Show every line of the records below that contains the word "Locations".

=== Section Start ===

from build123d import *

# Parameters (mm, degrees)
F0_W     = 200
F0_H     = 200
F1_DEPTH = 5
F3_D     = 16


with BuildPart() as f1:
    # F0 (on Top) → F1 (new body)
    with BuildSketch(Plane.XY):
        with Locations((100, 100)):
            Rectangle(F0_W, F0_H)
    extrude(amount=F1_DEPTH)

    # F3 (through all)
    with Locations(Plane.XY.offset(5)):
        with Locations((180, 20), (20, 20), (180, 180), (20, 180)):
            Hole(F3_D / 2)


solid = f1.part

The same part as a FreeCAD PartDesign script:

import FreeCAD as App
import Part
import Sketcher

V = App.Vector

doc = App.newDocument("Part")
params = doc.addObject("Spreadsheet::Sheet", "Params")
for row, (alias, value) in enumerate([
    ("sketch1_width", "200 mm"),
    ("pad1_length", "5 mm"),
    ("sketch2_diameter", "16 mm"),
    ("hole_diameter", "16 mm"),
], start=1):
    params.set(f"A{row}", alias)
    params.set(f"B{row}", "=" + value)
    params.setAlias(f"B{row}", alias)

body = doc.addObject("PartDesign::Body", "Body")

# Sketch on XY plane
sketch1 = doc.addObject("Sketcher::SketchObject", "Sketch")
body.addObject(sketch1)
sketch1.AttachmentSupport = (doc.XY_Plane, [""])
sketch1.MapMode = "FlatFace"
sketch1.addGeometry([
    Part.LineSegment(V(0, 200, 0), V(0, 0, 0)),
    Part.LineSegment(V(0, 0, 0), V(200, 0, 0)),
    Part.LineSegment(V(200, 0, 0), V(200, 200, 0)),
    Part.LineSegment(V(200, 200, 0), V(0, 200, 0)),
], False)
sketch1.addConstraint([
    Sketcher.Constraint("Coincident", 0, 2, 1, 1),
    Sketcher.Constraint("Coincident", 1, 2, 2, 1),
    Sketcher.Constraint("Coincident", 2, 2, 3, 1),
    Sketcher.Constraint("Coincident", 3, 2, 0, 1),
    Sketcher.Constraint("Vertical", 0),
    Sketcher.Constraint("Horizontal", 1),
    Sketcher.Constraint("Vertical", 2),
    Sketcher.Constraint("Horizontal", 3),
    Sketcher.Constraint("Coincident", 0, 2, -1, 1),
    Sketcher.Constraint("Equal", 3, 0),
    Sketcher.Constraint("DistanceX", 1, 1, 1, 2, 200.0),
])
sketch1.setExpression("Constraints[10]", "Params.sketch1_width")
pad1 = doc.addObject("PartDesign::Pad", "Pad")
body.addObject(pad1)
pad1.Profile = sketch1
pad1.setExpression("Length", "Params.pad1_length")

# Sketch on XY plane
sketch2 = doc.addObject("Sketcher::SketchObject", "Sketch001")
body.addObject(sketch2)
sketch2.AttachmentSupport = (doc.XY_Plane, [""])
sketch2.MapMode = "FlatFace"
sketch2.AttachmentOffset = App.Placement(V(0, 0, 5), App.Rotation())
sketch2.addGeometry([
    Part.Circle(V(180, 20, 0), V(0, 0, 1), 8),
    Part.Circle(V(20, 20, 0), V(0, 0, 1), 8),
    Part.Circle(V(180, 180, 0), V(0, 0, 1), 8),
    Part.Circle(V(20, 180, 0), V(0, 0, 1), 8),
], False)
sketch2.addConstraint([
    Sketcher.Constraint("Equal", 0, 1),
    Sketcher.Constraint("Equal", 1, 2),
    Sketcher.Constraint("Equal", 2, 3),
    Sketcher.Constraint("Horizontal", 0, 3, 1, 3),
    Sketcher.Constraint("Horizontal", 2, 3, 3, 3),
    Sketcher.Constraint("Vertical", 0, 3, 2, 3),
    Sketcher.Constraint("Vertical", 1, 3, 3, 3),
    Sketcher.Constraint("Diameter", 0, 16.0),
    Sketcher.Constraint("DistanceX", -1, 1, 0, 3, 180.0),
    Sketcher.Constraint("DistanceY", -1, 1, 0, 3, 20.0),
    Sketcher.Constraint("DistanceX", -1, 1, 1, 3, 20.0),
    Sketcher.Constraint("DistanceY", -1, 1, 2, 3, 180.0),
])
sketch2.setExpression("Constraints[7]", "Params.sketch2_diameter")
doc.recompute()
hole = doc.addObject("PartDesign::Hole", "Hole")
body.addObject(hole)
hole.Profile = sketch2
hole.ThreadType = "None"
hole.setExpression("Diameter", "Params.hole_diameter")
hole.DepthType = "ThroughAll"

doc.recompute()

=== Section End ===

RESPONSE:
        with Locations((100, 100)):
    with Locations(Plane.XY.offset(5)):
        with Locations((180, 20), (20, 20), (180, 180), (20, 180)):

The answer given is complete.